[Collected data entries]
##########

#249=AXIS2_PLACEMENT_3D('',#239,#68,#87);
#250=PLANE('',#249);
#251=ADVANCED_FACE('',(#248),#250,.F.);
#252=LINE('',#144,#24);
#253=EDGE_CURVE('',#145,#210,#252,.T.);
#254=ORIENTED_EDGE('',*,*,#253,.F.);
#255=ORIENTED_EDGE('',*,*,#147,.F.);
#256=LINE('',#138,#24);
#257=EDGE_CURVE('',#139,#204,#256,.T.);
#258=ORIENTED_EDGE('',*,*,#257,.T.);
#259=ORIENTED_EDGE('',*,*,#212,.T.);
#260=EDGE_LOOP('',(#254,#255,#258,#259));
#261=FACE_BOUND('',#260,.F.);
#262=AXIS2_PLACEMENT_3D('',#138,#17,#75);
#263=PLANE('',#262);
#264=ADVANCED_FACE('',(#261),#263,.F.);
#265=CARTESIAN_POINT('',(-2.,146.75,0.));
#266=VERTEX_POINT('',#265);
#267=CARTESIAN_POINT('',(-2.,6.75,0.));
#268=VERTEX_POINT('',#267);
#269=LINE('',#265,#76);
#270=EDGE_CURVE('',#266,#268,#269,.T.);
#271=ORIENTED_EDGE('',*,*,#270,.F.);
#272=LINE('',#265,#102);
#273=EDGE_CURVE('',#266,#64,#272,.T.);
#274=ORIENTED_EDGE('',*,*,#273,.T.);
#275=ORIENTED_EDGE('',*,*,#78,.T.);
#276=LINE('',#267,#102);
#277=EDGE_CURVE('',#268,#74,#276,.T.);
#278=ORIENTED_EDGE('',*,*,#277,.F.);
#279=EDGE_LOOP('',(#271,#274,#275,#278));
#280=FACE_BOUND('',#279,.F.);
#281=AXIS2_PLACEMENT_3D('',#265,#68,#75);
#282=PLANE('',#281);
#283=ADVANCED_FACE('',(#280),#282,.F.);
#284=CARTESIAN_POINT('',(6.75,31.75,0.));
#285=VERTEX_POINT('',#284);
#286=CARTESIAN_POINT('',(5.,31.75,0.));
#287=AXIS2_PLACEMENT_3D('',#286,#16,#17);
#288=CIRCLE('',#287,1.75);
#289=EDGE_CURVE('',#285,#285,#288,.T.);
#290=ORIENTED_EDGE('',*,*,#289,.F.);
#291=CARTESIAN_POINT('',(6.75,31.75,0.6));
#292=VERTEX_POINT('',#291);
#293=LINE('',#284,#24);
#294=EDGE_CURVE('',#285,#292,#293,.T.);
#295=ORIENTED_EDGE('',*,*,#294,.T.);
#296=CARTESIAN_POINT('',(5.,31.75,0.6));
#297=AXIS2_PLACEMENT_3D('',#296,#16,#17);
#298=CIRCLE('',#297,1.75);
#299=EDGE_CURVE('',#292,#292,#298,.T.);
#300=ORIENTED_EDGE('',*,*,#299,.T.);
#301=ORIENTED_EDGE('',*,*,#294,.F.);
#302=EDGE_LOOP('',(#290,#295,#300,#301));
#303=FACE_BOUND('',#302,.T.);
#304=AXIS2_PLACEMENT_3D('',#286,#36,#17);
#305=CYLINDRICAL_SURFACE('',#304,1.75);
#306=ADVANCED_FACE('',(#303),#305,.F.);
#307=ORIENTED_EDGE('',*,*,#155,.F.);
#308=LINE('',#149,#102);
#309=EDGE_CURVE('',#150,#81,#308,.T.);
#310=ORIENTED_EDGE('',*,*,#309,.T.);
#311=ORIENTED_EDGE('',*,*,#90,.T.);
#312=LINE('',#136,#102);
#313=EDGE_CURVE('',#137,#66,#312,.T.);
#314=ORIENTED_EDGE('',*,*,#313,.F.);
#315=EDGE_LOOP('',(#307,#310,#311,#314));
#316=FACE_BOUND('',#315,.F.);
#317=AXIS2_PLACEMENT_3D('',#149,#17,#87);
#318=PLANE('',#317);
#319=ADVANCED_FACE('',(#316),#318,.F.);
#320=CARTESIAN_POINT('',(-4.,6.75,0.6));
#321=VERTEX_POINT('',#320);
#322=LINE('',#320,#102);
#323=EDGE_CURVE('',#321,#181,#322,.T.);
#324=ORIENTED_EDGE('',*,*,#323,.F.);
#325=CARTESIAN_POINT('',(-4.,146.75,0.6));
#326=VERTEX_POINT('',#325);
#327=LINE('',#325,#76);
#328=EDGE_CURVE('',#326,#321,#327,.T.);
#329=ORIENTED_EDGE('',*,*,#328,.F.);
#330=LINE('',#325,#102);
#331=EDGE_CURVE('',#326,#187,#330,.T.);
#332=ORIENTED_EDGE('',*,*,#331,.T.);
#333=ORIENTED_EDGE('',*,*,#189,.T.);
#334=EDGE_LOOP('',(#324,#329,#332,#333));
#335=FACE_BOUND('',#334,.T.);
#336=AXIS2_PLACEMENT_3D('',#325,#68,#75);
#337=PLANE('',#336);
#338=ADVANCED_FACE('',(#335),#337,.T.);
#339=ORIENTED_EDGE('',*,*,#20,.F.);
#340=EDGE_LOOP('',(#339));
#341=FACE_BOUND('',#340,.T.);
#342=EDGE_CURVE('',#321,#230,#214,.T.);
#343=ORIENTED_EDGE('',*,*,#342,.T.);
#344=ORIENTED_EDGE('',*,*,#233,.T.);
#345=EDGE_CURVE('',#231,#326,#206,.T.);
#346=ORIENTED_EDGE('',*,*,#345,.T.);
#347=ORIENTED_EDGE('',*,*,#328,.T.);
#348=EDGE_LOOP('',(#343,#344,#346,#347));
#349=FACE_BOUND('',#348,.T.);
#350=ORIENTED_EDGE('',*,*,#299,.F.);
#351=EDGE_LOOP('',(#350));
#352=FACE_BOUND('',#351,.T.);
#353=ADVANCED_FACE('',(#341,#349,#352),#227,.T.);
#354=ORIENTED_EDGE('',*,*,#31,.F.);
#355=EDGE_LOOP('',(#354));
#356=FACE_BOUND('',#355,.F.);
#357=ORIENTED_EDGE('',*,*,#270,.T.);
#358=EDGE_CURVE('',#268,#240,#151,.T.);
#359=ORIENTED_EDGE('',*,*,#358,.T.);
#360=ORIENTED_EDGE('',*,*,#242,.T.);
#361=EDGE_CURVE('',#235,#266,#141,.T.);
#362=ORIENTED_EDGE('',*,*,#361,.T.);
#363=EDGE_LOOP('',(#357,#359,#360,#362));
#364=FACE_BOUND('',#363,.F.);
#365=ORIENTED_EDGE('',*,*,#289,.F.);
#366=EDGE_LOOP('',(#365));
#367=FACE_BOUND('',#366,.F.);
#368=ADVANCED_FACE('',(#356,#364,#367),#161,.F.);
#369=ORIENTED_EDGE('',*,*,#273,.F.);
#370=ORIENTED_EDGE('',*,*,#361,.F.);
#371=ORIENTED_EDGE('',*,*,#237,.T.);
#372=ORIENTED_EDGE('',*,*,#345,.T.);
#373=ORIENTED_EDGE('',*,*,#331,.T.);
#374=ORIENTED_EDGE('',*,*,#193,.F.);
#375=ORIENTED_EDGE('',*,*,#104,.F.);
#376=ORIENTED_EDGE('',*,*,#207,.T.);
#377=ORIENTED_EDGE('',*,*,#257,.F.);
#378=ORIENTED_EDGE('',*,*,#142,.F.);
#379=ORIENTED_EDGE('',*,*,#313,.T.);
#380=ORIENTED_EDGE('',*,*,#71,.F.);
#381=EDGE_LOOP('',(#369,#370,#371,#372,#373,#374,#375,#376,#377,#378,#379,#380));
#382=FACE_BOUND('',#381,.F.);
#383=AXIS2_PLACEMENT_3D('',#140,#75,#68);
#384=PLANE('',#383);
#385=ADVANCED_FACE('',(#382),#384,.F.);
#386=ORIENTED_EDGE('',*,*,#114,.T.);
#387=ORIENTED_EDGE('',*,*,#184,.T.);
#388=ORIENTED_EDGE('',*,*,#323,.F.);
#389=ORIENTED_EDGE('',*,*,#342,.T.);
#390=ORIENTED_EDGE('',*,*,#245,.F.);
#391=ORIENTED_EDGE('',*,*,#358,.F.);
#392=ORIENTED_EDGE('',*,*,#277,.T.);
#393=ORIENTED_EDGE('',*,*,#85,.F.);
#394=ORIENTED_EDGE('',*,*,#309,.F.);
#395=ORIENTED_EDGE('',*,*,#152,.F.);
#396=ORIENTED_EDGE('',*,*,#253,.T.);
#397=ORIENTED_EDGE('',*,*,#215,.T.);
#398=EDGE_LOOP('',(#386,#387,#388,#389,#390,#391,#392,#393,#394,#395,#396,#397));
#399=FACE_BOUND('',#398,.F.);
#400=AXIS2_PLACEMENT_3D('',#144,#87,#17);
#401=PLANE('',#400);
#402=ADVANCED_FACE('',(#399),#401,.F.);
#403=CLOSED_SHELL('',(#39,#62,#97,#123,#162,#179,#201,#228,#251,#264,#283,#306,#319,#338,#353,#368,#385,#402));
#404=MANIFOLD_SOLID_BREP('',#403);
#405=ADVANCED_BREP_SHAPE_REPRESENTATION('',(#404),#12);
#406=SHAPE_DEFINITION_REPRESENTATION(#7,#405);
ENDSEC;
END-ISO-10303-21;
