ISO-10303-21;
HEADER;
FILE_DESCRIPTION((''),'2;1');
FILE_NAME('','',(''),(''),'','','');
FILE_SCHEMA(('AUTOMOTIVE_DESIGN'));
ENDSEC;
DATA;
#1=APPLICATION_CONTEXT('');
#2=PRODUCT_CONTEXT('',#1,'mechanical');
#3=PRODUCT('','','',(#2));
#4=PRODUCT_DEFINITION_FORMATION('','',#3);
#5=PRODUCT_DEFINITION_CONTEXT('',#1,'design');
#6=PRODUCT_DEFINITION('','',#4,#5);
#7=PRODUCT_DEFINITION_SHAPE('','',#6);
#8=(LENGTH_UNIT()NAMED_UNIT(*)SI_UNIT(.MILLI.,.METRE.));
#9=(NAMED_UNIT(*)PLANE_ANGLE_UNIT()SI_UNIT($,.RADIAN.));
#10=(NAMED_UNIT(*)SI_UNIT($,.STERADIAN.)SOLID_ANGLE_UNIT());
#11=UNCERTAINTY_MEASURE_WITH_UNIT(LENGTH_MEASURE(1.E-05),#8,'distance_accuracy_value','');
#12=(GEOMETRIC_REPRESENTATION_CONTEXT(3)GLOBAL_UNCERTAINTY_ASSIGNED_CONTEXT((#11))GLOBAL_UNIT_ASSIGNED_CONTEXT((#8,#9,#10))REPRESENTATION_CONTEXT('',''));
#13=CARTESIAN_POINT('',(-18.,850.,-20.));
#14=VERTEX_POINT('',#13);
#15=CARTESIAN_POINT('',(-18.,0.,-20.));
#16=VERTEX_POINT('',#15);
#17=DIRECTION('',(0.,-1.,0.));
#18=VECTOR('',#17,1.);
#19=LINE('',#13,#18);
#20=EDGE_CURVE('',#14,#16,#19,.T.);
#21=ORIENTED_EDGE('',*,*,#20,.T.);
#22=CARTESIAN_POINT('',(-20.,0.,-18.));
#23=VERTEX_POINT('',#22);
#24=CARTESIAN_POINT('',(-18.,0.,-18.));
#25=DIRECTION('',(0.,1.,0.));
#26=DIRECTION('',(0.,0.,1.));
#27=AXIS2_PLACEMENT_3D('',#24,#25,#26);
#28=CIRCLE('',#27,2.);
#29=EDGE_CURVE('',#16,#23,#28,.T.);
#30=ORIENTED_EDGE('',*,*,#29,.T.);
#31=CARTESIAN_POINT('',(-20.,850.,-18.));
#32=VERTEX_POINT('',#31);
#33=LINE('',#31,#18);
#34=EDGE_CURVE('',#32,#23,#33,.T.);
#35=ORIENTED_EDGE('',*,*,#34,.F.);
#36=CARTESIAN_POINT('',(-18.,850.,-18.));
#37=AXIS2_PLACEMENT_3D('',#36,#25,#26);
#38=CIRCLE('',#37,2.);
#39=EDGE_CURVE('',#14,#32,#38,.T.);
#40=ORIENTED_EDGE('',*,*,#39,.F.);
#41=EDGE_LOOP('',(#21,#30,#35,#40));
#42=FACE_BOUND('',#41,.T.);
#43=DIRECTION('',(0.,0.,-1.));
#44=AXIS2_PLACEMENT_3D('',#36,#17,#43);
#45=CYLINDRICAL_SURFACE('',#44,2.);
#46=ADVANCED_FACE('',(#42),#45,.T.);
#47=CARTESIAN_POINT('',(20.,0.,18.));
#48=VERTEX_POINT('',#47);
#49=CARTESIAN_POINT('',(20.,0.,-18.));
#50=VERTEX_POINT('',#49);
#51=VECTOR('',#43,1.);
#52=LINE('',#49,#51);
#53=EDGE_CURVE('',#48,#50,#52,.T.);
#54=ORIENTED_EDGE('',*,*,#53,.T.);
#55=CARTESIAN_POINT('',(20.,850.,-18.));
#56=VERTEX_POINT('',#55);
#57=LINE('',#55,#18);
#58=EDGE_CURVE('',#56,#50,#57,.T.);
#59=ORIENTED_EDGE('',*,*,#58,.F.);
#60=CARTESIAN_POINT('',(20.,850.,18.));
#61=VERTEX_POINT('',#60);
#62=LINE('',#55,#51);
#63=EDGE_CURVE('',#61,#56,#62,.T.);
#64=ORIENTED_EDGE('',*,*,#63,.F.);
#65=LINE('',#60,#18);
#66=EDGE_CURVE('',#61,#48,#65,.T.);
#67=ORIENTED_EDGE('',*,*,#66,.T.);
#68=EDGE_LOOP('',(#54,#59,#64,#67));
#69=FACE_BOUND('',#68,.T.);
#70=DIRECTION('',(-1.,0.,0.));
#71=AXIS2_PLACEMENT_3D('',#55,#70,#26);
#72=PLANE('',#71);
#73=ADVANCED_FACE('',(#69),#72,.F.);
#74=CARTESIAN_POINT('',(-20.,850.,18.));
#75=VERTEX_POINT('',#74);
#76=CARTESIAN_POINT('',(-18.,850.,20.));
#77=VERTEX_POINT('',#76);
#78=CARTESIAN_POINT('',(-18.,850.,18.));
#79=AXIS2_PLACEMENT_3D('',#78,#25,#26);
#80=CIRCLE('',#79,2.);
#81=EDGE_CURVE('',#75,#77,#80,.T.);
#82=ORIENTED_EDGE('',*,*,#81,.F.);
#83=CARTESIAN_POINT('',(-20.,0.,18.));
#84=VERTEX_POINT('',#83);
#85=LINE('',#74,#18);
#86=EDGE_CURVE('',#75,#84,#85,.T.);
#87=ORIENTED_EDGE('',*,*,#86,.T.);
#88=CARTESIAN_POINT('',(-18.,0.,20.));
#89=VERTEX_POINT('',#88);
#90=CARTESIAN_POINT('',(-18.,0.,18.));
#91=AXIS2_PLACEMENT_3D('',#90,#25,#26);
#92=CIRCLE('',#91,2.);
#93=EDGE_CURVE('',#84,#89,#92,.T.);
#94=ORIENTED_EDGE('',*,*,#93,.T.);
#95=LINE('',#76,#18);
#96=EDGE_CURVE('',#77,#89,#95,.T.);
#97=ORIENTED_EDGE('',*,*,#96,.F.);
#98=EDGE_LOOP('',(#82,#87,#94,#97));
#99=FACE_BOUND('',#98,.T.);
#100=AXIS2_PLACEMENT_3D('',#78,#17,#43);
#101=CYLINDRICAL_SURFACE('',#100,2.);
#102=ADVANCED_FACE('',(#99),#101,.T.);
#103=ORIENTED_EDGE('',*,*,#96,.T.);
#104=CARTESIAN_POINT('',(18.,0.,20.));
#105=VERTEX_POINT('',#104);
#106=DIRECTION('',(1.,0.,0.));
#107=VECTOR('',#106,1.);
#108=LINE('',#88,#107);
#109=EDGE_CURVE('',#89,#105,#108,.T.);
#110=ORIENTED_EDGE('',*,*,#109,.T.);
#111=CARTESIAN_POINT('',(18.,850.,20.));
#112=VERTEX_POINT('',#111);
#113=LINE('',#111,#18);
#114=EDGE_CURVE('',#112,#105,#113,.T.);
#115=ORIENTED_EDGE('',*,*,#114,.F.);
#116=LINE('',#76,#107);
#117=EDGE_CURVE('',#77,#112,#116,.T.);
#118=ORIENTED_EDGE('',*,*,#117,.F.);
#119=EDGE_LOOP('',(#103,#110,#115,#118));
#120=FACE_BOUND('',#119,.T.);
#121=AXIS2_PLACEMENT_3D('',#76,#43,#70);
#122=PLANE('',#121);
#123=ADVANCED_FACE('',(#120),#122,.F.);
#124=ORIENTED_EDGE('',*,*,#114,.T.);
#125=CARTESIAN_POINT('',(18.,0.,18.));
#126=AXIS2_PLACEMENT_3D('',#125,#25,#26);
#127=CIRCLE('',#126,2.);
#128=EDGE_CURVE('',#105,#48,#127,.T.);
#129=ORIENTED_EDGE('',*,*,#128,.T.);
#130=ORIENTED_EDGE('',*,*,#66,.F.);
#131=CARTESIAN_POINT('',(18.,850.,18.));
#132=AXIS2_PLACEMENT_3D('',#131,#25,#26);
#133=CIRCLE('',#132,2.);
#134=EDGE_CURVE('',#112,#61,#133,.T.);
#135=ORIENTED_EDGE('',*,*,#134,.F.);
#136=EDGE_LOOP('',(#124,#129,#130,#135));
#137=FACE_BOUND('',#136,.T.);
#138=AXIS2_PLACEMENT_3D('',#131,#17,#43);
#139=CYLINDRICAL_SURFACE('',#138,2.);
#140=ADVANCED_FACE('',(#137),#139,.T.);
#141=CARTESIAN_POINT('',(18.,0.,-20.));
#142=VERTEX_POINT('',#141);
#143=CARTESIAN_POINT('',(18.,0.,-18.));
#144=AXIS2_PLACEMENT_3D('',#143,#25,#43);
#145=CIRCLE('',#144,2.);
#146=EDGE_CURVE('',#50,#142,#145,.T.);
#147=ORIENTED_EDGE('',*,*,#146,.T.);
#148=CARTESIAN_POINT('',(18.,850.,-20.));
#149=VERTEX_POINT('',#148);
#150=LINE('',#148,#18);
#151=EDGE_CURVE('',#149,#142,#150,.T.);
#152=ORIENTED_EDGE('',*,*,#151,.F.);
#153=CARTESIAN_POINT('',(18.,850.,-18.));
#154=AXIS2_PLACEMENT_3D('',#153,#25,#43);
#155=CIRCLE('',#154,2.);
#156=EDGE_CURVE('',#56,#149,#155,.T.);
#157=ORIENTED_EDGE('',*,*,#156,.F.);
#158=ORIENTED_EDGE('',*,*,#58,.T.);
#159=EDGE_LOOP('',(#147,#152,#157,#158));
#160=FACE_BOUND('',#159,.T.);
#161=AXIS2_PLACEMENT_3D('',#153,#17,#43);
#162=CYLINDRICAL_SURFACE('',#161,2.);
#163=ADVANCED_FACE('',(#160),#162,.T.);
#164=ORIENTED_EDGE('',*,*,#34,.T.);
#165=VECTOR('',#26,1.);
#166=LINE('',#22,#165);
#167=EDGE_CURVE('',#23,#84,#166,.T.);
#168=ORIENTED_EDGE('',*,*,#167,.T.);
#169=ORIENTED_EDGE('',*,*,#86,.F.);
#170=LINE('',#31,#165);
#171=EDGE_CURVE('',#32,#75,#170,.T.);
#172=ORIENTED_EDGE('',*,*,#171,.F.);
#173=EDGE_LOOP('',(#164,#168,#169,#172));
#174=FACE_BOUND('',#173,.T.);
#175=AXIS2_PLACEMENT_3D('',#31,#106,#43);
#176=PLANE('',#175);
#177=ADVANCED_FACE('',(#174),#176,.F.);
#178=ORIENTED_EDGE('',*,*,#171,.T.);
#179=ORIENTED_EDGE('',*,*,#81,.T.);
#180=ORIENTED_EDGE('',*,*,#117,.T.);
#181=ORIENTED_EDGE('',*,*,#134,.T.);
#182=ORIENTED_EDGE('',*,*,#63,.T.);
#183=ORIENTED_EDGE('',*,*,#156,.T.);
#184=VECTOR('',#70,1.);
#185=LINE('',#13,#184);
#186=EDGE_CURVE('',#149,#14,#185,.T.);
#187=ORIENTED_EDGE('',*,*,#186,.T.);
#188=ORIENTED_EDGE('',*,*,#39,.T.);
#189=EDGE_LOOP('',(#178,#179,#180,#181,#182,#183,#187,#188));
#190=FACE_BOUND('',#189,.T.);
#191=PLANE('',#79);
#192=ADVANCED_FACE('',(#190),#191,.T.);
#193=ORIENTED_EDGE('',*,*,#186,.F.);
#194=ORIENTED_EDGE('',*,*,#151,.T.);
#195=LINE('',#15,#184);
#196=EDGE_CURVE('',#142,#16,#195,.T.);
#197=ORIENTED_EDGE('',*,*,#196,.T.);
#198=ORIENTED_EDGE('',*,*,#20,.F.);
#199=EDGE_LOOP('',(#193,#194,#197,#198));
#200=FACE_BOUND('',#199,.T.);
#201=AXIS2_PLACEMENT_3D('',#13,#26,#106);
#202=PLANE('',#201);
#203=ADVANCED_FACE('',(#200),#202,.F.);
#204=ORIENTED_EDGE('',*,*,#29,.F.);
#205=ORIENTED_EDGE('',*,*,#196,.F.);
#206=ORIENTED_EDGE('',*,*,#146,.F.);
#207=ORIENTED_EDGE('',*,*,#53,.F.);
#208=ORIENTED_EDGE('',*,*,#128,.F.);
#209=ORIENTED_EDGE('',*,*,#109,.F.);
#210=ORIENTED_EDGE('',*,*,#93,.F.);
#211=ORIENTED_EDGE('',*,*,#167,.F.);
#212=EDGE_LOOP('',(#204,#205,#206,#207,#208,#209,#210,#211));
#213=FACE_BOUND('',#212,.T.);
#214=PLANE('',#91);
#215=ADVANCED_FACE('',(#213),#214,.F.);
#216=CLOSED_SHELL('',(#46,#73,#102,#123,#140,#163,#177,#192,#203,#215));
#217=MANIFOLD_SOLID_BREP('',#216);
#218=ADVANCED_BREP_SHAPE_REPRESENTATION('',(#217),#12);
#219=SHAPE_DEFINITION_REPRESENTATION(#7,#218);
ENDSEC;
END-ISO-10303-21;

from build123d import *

# Parameters (mm, degrees)
BOSS_EXTRUDE1_DEPTH = 850


with BuildPart() as part:
    # Sketch1 → Boss-Extrude1 (new body)
    with BuildSketch(Plane(origin=(0, 0, 0), x_dir=(1, 0, 0), z_dir=(0, 1, 0))):
        with BuildLine():
            Line((-18, 20), (18, 20))
            ThreePointArc((18, 20), (19.414213562, 19.414213562), (20, 18))
            Line((20, 18), (20, -18))
            ThreePointArc((20, -18), (19.414213562, -19.414213562), (18, -20))
            Line((18, -20), (-18, -20))
            ThreePointArc((-18, -20), (-19.414213562, -19.414213562), (-20, -18))
            Line((-20, -18), (-20, 18))
            ThreePointArc((-20, 18), (-19.414213562, 19.414213562), (-18, 20))
        make_face()
    extrude(amount=BOSS_EXTRUDE1_DEPTH)


solid = part.part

##########

ASSIGNMENT ::
Please copy, exactly and with nothing else, the lines above beginning at the line that has "#145=CIRCLE('',#144,2.);" and ending with the line that has "#156=EDGE_CURVE('',#56,#149,#155,.T.);".

TASK OUTPUT ::
#145=CIRCLE('',#144,2.);
#146=EDGE_CURVE('',#50,#142,#145,.T.);
#147=ORIENTED_EDGE('',*,*,#146,.T.);
#148=CARTESIAN_POINT('',(18.,850.,-20.));
#149=VERTEX_POINT('',#148);
#150=LINE('',#148,#18);
#151=EDGE_CURVE('',#149,#142,#150,.T.);
#152=ORIENTED_EDGE('',*,*,#151,.F.);
#153=CARTESIAN_POINT('',(18.,850.,-18.));
#154=AXIS2_PLACEMENT_3D('',#153,#25,#43);
#155=CIRCLE('',#154,2.);
#156=EDGE_CURVE('',#56,#149,#155,.T.);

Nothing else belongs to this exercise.